The comment period on proposed recommendations concerning a New York transmission line project recently ended. An environmental group is calling for the whole process to be put on hold. Others with concerns don’t go as far.
The New York State Public Service Commission Advisory Staff Recommendations are for the procedural proposal process, cost recovery, cost allocation, and risk-sharing for the Alternating Current Transmission Upgrade proceeding; that is, to develop at least 1,000 megawatts of new transmission capacity, with the expansion of more than 150 miles of transmission lines. Ned Sullivan is president of Poughkeepsie-based environmental group Scenic Hudson, part of the Hudson Valley Smart Energy Coalition.
“We are calling on the Public Service Commission to reject this ill- conceived staff proposal and to terminate this proceeding until it completes a separate, ongoing proceeding that it is conducting that is aimed at developing a blueprint for a 21st century energy system.”
The coalition is focused on portions of the proposed lines that would pass through seven counties and 25 towns in the Hudson Valley, ultimately reaching their destination in Dutchess County. Democratic Assemblymember Didi Barrett’s district includes portions of Dutchess and Columbia Counties. She, too, submitted a comment letter to the PSC.
“Well, I just really feel that we spent a lot of time and our community spent a lot of time sharing our feelings with the PSC and with these developers,” says Barrett. “And this particular set of advisory outline didn’t address any of that.”
She says her region is already feeling the economic impact before anything has happened, with property values going down. A spokesman says the PSC has established a robust public participation and stakeholder input process in this proceeding and that comments will be closely considered as the PSC conducts its review. In response to criticism about need, the PSC spokesman says constraints on the state's electric transmission system are leading to significant transmission congestion and contributing to higher energy costs and reliability concerns, causing consumers in the lower Hudson Valley to pay $280 million annually in higher electric costs, primarily because of this congestion. Again, Sullivan.
“First, there is no requirement for a documentation of need. Second, there are at least four other transmission and generating projects that are farther along in securing permits and priority for dispatch. These are not considered by the staff proposal for the transmission proceeding,” says Sullivan. “Next, there is no information about to how much weight will be given to Governor Cuomo’s policy directive to keep the transmission lines within utility corridors.”
The PSC spokesman responds by saying it is not clear which projects will be built, and the Commission will consider the effect of all such projects when it makes its determination of the basis of any need in these cases.
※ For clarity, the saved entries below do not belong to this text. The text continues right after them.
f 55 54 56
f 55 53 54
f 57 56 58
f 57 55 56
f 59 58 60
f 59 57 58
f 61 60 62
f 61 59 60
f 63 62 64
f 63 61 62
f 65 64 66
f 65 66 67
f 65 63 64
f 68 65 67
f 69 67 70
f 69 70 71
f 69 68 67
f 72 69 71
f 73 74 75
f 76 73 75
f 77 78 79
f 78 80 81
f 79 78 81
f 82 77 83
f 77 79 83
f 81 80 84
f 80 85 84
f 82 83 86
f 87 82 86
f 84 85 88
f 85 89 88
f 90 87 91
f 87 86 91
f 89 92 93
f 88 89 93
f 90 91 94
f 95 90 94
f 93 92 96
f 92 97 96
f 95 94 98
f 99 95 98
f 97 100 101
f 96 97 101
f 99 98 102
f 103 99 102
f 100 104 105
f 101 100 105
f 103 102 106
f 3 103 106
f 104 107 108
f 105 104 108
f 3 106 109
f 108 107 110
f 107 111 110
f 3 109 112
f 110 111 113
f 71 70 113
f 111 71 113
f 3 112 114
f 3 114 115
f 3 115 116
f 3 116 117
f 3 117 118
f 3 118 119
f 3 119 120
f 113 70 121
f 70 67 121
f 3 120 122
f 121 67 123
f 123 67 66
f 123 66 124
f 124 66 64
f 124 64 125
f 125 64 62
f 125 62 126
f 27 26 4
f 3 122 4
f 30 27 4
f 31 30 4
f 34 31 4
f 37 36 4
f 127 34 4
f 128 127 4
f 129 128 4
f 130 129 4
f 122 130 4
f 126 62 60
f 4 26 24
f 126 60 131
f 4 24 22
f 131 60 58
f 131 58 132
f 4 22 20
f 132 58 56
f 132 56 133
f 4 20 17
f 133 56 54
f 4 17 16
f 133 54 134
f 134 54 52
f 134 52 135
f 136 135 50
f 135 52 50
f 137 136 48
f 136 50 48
He adds that the Commission has from the beginning emphasized the importance of using existing rights-of-way and has asked the developers to refine their original proposals to further minimize impacts to adjacent landowners. Sullivan criticizes recommendations concerning cost.
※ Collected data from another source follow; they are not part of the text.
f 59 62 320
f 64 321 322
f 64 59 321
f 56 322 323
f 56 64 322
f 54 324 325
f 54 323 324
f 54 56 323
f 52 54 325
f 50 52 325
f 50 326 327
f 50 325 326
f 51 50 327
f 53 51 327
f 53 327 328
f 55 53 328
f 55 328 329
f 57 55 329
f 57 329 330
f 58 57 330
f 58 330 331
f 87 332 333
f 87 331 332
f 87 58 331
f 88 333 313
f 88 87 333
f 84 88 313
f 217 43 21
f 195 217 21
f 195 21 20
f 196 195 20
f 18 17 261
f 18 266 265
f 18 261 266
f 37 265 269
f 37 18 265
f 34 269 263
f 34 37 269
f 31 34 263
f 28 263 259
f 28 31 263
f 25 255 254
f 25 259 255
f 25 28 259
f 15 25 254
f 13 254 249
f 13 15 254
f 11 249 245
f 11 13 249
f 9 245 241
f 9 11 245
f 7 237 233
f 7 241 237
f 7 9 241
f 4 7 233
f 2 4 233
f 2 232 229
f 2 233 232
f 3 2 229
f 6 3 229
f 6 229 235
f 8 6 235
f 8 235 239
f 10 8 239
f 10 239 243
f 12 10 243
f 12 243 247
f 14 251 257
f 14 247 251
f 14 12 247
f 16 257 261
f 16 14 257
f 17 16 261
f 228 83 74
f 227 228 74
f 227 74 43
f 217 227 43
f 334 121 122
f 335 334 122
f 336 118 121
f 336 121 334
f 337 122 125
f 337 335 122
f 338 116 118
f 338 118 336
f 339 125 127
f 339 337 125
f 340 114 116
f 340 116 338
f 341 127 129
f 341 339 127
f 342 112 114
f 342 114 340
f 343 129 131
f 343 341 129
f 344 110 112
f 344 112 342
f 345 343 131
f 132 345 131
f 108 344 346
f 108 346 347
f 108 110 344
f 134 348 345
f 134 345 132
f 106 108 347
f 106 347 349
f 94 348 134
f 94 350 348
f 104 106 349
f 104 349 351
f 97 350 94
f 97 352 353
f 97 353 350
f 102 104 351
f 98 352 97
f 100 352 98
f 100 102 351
“And perhaps most disturbing, the staff is recommending that the Hudson Valley, along with New York City and Long Island customers, bear 90 percent of the cost of this project, which could cost as much as $750 million, and that the customers, rather than utilities, bear 80 percent of any cost overruns,” Sullivan says.
The PSC spokesman, in an e-mailed statement, says ordinarily, under Federal Energy Regulatory Commission cost-recovery principles, ratepayers would pay for 100 percent of cost overruns. He says the risk-sharing proposal seeks to minimize these overruns by having developers absorb a share of the cost, giving them a financial incentive to avoid such overruns.
John Maserjian is spokesman for one of the developers – the New York Transmission Owners, which include Central Hudson, Con Edison, National Grid, and others. His group commented as well, suggesting that developers propose cost allocations rather than adhere to one already prescribed.
“We would like the opportunity to suggest or propose cost allocation based on the areas that will receive the greatest benefit,” says Maserjian.
He notes that November 14 is the deadline for filing new and modified proposals, and New York Transmission Owners are looking to further refine previously filed proposals as well as file alternate proposals, the latter to address concerns expressed by property owners.